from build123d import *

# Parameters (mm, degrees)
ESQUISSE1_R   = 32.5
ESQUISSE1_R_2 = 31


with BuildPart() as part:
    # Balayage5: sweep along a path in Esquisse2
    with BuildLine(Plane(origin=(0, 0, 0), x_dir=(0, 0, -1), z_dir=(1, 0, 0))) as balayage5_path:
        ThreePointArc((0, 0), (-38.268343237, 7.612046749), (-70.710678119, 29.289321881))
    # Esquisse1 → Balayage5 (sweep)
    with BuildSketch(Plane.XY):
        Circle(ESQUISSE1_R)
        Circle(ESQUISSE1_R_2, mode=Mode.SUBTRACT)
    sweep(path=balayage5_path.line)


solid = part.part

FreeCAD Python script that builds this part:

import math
import FreeCAD as App
import Part
import Sketcher

V = App.Vector

doc = App.newDocument("Part")
body = doc.addObject("PartDesign::Body", "Body")

# Sketch on XY plane
sketch1 = body.newObject("Sketcher::SketchObject", "Sketch")
sketch1.AttachmentSupport = (doc.getObject("XY_Plane"), [""])
sketch1.MapMode = "FlatFace"
sketch1.addGeometry([
    Part.Circle(V(0, 0, 0), V(0, 0, 1), 32),
    Part.Circle(V(0, 0, 0), V(0, 0, 1), 31),
], False)
sketch1.addConstraint([
    Sketcher.Constraint("Coincident", 0, 3, -1, 1),
    Sketcher.Constraint("Coincident", 1, 3, -1, 1),
    Sketcher.Constraint("Diameter", 0, 65.0),
    Sketcher.Constraint("Diameter", 1, 62.0),
])

# Sketch on YZ plane
sketch2 = body.newObject("Sketcher::SketchObject", "Sketch001")
sketch2.AttachmentSupport = (doc.getObject("YZ_Plane"), [""])
sketch2.MapMode = "FlatFace"
sketch2.addGeometry(Part.ArcOfCircle(Part.Circle(V(100, 0, 0), V(0, 0, 1), 100), math.radians(135), math.radians(180)), False)
sketch2.addConstraint([
    Sketcher.Constraint("Coincident", 0, 2, -1, 1),
    Sketcher.Constraint("PointOnObject", 0, 3, -1),
    Sketcher.Constraint("Radius", 0, 100.0),
    Sketcher.Constraint("DistanceX", -1, 1, 0, 1, 29.289322),
])
doc.recompute()

additivepipe = body.newObject("PartDesign::AdditivePipe", "AdditivePipe")
additivepipe.Profile = sketch1
additivepipe.Spine = (sketch2, ["Edge1"])

doc.recompute()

┄┄┄┄┄┄

About this exercise
Return a copy of each line in the entries that carries the string "with".

Exercise solution
with BuildPart() as part:
    with BuildLine(Plane(origin=(0, 0, 0), x_dir=(0, 0, -1), z_dir=(1, 0, 0))) as balayage5_path:
    with BuildSketch(Plane.XY):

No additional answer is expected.